Work instruction: In the material below, find the line that contains "e9 v7 v7 CIRCLE(AX(P(-12.7,0,0),D(1,0,0),D(0,1,0)),63.5)" and the line that contains "The same part", then write out exactly those two lines and everything between them.

Supplied material:
-------------------------

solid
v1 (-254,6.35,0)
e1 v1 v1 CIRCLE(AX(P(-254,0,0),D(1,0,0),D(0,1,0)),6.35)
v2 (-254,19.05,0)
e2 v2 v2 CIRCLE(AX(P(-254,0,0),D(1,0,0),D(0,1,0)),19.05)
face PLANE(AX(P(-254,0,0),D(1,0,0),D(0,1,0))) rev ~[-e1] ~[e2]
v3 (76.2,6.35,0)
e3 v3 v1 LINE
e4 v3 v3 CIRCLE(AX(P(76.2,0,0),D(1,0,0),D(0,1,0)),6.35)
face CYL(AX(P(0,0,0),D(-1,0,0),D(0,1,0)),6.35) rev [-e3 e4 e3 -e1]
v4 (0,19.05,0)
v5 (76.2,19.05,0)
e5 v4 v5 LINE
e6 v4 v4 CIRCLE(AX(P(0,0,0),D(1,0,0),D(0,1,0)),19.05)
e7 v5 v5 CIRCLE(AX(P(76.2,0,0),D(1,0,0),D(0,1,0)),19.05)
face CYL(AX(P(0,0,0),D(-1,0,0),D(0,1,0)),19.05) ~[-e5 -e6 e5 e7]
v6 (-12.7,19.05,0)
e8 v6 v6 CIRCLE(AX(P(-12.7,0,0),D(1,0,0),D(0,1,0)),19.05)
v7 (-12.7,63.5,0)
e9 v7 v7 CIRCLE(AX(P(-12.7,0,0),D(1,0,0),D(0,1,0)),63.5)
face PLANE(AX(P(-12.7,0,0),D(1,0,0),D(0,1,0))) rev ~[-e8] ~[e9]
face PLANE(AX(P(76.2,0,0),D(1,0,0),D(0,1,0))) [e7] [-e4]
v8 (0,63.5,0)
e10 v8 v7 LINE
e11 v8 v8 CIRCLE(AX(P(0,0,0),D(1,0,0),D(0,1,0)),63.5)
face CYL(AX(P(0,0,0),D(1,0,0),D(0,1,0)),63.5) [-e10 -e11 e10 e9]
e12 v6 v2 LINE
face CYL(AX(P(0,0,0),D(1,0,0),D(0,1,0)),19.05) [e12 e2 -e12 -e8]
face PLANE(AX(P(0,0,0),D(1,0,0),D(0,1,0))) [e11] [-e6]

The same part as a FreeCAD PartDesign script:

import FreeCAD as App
import Part
import Sketcher

V = App.Vector
Q = App.Units.Quantity

doc = App.newDocument("Part")
body = doc.addObject("PartDesign::Body", "Body")

sketch1 = doc.addObject("Sketcher::SketchObject", "Sketch")
body.addObject(sketch1)
sketch1.AttachmentSupport = (doc.YZ_Plane, [""])
sketch1.MapMode = "FlatFace"
sketch1.addGeometry([
    Part.Circle(V(0, 0, 0), V(0, 0, 1), 19.05),
    Part.Circle(V(0, 0, 0), V(0, 0, 1), 6.35),
], False)
sketch1.addConstraint([
    Sketcher.Constraint("Coincident", 0, 3, -1, 1),
    Sketcher.Constraint("Coincident", 1, 3, -1, 1),
    Sketcher.Constraint("Diameter", 0, Q("1.5 in")),
    Sketcher.Constraint("Diameter", 1, Q("0.5 in")),
])
pad1 = doc.addObject("PartDesign::Pad", "Pad")
body.addObject(pad1)
pad1.Profile = sketch1
pad1.Type = "TwoLengths"
pad1.Length = Q("10 in")
pad1.Length2 = Q("3 in")
pad1.Reversed = True

sketch2 = doc.addObject("Sketcher::SketchObject", "Sketch001")
body.addObject(sketch2)
sketch2.AttachmentSupport = (doc.YZ_Plane, [""])
sketch2.MapMode = "FlatFace"
sketch2.addGeometry([
    Part.Circle(V(0, 0, 0), V(0, 0, 1), 63.5),
    Part.Circle(V(0, 0, 0), V(0, 0, 1), 19.05),
], False)
sketch2.addConstraint([
    Sketcher.Constraint("Coincident", 0, 3, -1, 1),
    Sketcher.Constraint("Coincident", 1, 3, -1, 1),
    Sketcher.Constraint("Diameter", 0, Q("5 in")),
    Sketcher.Constraint("Diameter", 1, Q("1.5 in")),
])
pad2 = doc.addObject("PartDesign::Pad", "Pad001")
body.addObject(pad2)
pad2.Profile = sketch2
pad2.Length = Q("0.5 in")
pad2.Reversed = True

doc.recompute()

-------------------------

Result of this exercise:
e9 v7 v7 CIRCLE(AX(P(-12.7,0,0),D(1,0,0),D(0,1,0)),63.5)
face PLANE(AX(P(-12.7,0,0),D(1,0,0),D(0,1,0))) rev ~[-e8] ~[e9]
face PLANE(AX(P(76.2,0,0),D(1,0,0),D(0,1,0))) [e7] [-e4]
v8 (0,63.5,0)
e10 v8 v7 LINE
e11 v8 v8 CIRCLE(AX(P(0,0,0),D(1,0,0),D(0,1,0)),63.5)
face CYL(AX(P(0,0,0),D(1,0,0),D(0,1,0)),63.5) [-e10 -e11 e10 e9]
e12 v6 v2 LINE
face CYL(AX(P(0,0,0),D(1,0,0),D(0,1,0)),19.05) [e12 e2 -e12 -e8]
face PLANE(AX(P(0,0,0),D(1,0,0),D(0,1,0))) [e11] [-e6]

The same part as a FreeCAD PartDesign script:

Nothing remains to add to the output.